> MATERIAL TO PROCESS
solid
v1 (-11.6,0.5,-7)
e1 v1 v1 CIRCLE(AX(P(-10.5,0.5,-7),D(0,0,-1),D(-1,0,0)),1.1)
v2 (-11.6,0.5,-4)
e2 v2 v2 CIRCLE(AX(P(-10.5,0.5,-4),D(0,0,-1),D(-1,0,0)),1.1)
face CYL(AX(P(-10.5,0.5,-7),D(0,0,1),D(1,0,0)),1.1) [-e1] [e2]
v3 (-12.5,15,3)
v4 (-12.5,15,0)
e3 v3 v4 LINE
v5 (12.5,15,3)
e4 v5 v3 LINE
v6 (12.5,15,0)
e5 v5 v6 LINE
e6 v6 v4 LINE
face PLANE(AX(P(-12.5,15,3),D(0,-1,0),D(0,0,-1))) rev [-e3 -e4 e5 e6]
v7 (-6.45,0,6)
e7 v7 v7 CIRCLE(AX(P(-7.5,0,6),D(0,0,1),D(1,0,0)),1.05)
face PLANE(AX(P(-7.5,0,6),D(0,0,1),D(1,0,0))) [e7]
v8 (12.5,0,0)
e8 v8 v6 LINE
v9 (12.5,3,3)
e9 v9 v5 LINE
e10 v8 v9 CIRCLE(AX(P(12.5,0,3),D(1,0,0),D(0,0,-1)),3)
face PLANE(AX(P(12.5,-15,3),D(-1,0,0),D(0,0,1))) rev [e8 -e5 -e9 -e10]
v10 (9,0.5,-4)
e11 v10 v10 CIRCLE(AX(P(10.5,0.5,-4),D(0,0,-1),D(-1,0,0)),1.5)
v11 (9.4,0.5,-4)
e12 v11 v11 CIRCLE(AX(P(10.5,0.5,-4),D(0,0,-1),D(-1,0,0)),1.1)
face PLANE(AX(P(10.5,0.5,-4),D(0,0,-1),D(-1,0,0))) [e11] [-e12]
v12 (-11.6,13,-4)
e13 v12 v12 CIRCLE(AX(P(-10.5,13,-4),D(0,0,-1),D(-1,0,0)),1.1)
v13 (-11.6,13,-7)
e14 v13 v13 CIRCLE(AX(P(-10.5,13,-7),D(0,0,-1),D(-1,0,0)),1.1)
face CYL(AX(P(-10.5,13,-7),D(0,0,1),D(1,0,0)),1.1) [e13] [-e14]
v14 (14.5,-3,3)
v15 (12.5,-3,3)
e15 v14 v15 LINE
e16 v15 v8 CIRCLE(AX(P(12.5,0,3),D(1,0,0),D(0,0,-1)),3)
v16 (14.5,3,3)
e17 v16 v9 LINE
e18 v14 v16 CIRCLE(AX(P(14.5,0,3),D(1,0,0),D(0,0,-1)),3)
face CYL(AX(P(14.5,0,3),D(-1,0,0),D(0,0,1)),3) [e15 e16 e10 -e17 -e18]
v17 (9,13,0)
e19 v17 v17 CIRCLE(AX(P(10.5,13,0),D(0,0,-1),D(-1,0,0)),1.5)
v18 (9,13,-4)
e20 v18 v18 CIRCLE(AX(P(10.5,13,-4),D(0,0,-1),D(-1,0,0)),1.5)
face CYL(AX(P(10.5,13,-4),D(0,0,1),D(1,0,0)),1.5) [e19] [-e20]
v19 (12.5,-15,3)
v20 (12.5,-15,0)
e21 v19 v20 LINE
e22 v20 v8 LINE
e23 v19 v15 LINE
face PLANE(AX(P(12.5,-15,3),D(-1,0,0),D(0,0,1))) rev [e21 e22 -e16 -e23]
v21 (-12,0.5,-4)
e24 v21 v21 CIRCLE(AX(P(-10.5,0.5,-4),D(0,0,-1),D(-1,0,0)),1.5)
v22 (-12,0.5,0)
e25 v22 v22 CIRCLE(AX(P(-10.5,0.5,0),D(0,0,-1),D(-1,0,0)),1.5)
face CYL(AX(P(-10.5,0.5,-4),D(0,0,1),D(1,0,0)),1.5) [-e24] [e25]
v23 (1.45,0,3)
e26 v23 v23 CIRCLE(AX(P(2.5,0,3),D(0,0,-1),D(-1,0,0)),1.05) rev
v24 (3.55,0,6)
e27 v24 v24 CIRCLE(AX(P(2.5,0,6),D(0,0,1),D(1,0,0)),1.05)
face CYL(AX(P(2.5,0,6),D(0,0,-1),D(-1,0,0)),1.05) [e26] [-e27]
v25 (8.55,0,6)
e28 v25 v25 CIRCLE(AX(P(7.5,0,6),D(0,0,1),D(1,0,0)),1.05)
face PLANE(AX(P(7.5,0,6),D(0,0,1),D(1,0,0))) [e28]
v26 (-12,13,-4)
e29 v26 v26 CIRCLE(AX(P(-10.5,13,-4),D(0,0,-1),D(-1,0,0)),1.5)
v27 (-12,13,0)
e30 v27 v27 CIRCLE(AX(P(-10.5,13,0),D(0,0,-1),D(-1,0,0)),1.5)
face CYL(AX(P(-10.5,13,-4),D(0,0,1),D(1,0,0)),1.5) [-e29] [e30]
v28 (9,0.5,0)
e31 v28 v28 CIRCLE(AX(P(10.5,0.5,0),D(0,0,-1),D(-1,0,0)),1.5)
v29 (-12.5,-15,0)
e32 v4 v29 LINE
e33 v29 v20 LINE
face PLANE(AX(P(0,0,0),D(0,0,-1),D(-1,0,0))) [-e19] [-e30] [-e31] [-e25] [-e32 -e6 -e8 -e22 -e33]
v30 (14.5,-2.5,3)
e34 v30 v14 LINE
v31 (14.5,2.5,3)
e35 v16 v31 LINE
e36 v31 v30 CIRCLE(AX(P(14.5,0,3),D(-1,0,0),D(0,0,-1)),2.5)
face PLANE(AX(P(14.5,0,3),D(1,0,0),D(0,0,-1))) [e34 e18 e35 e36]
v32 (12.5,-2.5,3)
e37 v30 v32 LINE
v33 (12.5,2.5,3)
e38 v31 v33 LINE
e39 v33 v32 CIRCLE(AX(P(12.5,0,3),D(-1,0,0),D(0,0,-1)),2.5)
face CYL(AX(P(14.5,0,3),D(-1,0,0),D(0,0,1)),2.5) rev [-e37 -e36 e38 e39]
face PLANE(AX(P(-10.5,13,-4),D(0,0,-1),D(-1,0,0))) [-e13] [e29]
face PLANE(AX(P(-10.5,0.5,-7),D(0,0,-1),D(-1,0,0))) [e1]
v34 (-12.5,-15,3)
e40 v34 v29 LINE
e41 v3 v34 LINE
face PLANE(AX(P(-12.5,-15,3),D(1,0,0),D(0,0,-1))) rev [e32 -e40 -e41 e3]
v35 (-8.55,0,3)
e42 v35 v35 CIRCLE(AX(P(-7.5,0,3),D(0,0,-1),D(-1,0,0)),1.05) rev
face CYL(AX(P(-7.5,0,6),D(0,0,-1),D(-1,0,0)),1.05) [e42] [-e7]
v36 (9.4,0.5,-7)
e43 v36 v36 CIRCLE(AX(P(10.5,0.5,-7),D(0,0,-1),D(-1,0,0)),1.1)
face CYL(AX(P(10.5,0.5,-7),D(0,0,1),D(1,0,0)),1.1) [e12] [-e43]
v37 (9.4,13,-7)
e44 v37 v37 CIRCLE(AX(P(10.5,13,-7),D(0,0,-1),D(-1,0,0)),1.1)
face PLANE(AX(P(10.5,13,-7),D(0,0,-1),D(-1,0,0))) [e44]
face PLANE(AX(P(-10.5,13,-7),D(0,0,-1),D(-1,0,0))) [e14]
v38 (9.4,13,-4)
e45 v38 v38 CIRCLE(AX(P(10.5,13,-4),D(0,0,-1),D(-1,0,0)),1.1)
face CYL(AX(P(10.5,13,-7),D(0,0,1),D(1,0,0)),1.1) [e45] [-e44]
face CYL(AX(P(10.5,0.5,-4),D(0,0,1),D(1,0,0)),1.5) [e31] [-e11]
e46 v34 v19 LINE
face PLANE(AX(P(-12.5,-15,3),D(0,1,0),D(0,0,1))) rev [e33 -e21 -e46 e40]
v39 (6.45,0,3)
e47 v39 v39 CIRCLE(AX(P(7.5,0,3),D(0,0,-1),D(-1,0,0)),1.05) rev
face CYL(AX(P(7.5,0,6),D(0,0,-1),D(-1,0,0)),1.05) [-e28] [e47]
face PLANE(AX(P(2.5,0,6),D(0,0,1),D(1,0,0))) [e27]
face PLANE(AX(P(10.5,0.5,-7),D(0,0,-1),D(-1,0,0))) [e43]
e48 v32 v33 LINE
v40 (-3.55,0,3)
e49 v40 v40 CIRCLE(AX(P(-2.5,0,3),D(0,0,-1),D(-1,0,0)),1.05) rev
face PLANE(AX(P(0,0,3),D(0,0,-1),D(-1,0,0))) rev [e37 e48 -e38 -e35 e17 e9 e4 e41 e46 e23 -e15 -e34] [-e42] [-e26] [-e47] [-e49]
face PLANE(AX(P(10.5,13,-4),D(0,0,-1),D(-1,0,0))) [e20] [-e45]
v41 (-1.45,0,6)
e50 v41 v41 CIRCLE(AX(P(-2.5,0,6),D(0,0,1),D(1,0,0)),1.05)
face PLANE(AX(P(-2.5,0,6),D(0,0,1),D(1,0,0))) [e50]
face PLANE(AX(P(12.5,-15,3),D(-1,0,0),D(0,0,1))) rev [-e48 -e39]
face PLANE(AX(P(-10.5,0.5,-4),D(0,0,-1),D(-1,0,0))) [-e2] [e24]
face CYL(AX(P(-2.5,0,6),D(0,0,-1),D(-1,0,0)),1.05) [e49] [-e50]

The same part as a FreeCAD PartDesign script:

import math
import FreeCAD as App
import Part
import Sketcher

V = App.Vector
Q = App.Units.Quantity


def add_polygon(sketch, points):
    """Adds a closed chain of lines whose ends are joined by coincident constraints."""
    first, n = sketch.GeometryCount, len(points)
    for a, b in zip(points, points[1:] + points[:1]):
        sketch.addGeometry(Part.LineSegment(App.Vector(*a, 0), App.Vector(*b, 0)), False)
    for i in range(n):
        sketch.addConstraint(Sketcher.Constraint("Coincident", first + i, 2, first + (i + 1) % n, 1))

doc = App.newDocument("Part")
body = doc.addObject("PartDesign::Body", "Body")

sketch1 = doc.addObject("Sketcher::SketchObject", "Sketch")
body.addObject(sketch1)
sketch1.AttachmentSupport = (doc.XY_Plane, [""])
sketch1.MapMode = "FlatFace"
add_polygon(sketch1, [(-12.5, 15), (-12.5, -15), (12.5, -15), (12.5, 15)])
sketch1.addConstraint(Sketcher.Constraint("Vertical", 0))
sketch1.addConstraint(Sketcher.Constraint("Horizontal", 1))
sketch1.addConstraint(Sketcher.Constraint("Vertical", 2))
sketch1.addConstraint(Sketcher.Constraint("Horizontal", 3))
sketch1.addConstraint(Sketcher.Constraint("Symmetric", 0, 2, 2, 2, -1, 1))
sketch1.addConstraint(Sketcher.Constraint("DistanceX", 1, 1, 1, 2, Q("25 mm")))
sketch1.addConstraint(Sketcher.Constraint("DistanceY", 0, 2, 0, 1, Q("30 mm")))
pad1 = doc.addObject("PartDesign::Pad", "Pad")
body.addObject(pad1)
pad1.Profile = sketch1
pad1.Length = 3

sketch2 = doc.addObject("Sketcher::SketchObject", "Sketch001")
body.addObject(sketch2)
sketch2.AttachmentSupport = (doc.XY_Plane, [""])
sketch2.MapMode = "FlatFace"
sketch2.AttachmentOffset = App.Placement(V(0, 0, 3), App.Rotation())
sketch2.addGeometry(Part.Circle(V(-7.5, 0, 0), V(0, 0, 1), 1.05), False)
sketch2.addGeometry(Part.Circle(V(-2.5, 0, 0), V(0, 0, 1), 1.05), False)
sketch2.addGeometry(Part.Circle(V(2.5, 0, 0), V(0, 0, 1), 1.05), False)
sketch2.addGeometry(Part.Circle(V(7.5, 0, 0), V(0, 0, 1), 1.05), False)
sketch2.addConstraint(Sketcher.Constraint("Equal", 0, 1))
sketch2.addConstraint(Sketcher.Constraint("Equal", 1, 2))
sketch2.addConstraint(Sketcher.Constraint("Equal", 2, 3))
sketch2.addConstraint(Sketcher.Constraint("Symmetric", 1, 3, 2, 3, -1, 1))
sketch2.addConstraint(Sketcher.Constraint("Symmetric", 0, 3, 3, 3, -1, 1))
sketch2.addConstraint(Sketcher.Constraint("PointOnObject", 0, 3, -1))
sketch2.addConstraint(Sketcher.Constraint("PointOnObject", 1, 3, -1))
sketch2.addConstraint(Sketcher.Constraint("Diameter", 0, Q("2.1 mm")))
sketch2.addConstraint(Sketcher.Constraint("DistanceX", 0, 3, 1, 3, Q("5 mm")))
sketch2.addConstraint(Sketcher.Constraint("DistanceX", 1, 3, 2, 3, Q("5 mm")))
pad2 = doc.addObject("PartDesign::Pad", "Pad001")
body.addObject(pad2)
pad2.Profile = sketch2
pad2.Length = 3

---

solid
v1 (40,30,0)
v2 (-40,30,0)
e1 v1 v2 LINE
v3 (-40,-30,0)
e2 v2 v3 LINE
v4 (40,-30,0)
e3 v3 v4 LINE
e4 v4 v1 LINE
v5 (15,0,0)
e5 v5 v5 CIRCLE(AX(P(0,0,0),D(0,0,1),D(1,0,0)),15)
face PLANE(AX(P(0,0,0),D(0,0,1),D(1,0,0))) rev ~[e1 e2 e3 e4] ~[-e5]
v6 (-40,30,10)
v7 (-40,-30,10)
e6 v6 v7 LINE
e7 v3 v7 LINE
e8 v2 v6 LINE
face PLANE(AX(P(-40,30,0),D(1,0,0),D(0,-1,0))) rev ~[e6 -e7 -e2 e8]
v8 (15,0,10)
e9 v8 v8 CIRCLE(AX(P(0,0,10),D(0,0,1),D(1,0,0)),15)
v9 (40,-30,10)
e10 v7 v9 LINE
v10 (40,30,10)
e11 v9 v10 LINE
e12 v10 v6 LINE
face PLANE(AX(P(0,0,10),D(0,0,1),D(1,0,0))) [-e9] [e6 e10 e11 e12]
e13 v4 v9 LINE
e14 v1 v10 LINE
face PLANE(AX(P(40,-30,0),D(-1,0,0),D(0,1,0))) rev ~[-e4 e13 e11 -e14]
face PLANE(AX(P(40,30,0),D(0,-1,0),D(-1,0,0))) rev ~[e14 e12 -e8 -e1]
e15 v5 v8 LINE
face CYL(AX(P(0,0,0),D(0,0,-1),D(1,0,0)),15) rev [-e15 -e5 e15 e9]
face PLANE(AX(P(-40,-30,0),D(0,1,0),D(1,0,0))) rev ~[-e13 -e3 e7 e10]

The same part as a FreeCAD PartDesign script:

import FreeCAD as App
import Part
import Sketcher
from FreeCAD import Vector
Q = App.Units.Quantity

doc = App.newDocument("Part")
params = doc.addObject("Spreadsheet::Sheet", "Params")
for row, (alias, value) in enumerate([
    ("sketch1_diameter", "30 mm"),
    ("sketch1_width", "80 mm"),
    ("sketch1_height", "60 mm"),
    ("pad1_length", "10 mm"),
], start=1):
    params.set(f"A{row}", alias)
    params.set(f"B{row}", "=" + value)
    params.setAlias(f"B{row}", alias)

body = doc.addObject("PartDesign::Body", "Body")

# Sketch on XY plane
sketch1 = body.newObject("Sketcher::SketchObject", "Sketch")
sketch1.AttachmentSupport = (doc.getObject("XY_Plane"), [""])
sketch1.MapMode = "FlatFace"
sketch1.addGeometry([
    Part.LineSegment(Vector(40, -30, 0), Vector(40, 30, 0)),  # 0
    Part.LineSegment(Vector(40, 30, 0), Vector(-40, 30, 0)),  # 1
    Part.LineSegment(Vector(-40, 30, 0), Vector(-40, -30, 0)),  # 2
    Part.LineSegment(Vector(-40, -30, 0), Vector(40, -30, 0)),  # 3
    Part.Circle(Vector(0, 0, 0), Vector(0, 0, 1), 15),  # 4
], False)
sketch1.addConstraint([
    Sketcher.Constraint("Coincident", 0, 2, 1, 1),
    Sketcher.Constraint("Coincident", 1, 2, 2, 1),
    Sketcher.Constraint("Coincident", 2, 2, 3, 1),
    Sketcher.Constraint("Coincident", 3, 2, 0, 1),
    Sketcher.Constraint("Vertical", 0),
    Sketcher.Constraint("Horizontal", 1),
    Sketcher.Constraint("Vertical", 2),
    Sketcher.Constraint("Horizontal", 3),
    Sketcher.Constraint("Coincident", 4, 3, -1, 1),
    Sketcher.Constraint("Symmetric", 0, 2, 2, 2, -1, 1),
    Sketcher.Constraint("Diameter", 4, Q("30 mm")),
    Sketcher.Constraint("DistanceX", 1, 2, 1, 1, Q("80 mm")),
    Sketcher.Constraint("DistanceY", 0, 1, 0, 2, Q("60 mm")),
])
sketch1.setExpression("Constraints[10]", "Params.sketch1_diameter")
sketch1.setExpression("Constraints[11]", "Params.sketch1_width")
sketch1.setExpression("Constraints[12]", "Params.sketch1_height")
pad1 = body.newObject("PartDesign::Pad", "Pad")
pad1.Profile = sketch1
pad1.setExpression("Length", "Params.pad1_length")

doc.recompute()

> EXERCISE OBJECTIVE
Using the records above, copy word for word the line with "e7 v7 v7 CIRCLE(AX(P(-7.5,0,6),D(0,0,1),D(1,0,0)),1.05)", the line with "e28 v25 v25", and every line between them.

> ANSWER SECTION
e7 v7 v7 CIRCLE(AX(P(-7.5,0,6),D(0,0,1),D(1,0,0)),1.05)
face PLANE(AX(P(-7.5,0,6),D(0,0,1),D(1,0,0))) [e7]
v8 (12.5,0,0)
e8 v8 v6 LINE
v9 (12.5,3,3)
e9 v9 v5 LINE
e10 v8 v9 CIRCLE(AX(P(12.5,0,3),D(1,0,0),D(0,0,-1)),3)
face PLANE(AX(P(12.5,-15,3),D(-1,0,0),D(0,0,1))) rev [e8 -e5 -e9 -e10]
v10 (9,0.5,-4)
e11 v10 v10 CIRCLE(AX(P(10.5,0.5,-4),D(0,0,-1),D(-1,0,0)),1.5)
v11 (9.4,0.5,-4)
e12 v11 v11 CIRCLE(AX(P(10.5,0.5,-4),D(0,0,-1),D(-1,0,0)),1.1)
face PLANE(AX(P(10.5,0.5,-4),D(0,0,-1),D(-1,0,0))) [e11] [-e12]
v12 (-11.6,13,-4)
e13 v12 v12 CIRCLE(AX(P(-10.5,13,-4),D(0,0,-1),D(-1,0,0)),1.1)
v13 (-11.6,13,-7)
e14 v13 v13 CIRCLE(AX(P(-10.5,13,-7),D(0,0,-1),D(-1,0,0)),1.1)
face CYL(AX(P(-10.5,13,-7),D(0,0,1),D(1,0,0)),1.1) [e13] [-e14]
v14 (14.5,-3,3)
v15 (12.5,-3,3)
e15 v14 v15 LINE
e16 v15 v8 CIRCLE(AX(P(12.5,0,3),D(1,0,0),D(0,0,-1)),3)
v16 (14.5,3,3)
e17 v16 v9 LINE
e18 v14 v16 CIRCLE(AX(P(14.5,0,3),D(1,0,0),D(0,0,-1)),3)
face CYL(AX(P(14.5,0,3),D(-1,0,0),D(0,0,1)),3) [e15 e16 e10 -e17 -e18]
v17 (9,13,0)
e19 v17 v17 CIRCLE(AX(P(10.5,13,0),D(0,0,-1),D(-1,0,0)),1.5)
v18 (9,13,-4)
e20 v18 v18 CIRCLE(AX(P(10.5,13,-4),D(0,0,-1),D(-1,0,0)),1.5)
face CYL(AX(P(10.5,13,-4),D(0,0,1),D(1,0,0)),1.5) [e19] [-e20]
v19 (12.5,-15,3)
v20 (12.5,-15,0)
e21 v19 v20 LINE
e22 v20 v8 LINE
e23 v19 v15 LINE
face PLANE(AX(P(12.5,-15,3),D(-1,0,0),D(0,0,1))) rev [e21 e22 -e16 -e23]
v21 (-12,0.5,-4)
e24 v21 v21 CIRCLE(AX(P(-10.5,0.5,-4),D(0,0,-1),D(-1,0,0)),1.5)
v22 (-12,0.5,0)
e25 v22 v22 CIRCLE(AX(P(-10.5,0.5,0),D(0,0,-1),D(-1,0,0)),1.5)
face CYL(AX(P(-10.5,0.5,-4),D(0,0,1),D(1,0,0)),1.5) [-e24] [e25]
v23 (1.45,0,3)
e26 v23 v23 CIRCLE(AX(P(2.5,0,3),D(0,0,-1),D(-1,0,0)),1.05) rev
v24 (3.55,0,6)
e27 v24 v24 CIRCLE(AX(P(2.5,0,6),D(0,0,1),D(1,0,0)),1.05)
face CYL(AX(P(2.5,0,6),D(0,0,-1),D(-1,0,0)),1.05) [e26] [-e27]
v25 (8.55,0,6)
e28 v25 v25 CIRCLE(AX(P(7.5,0,6),D(0,0,1),D(1,0,0)),1.05)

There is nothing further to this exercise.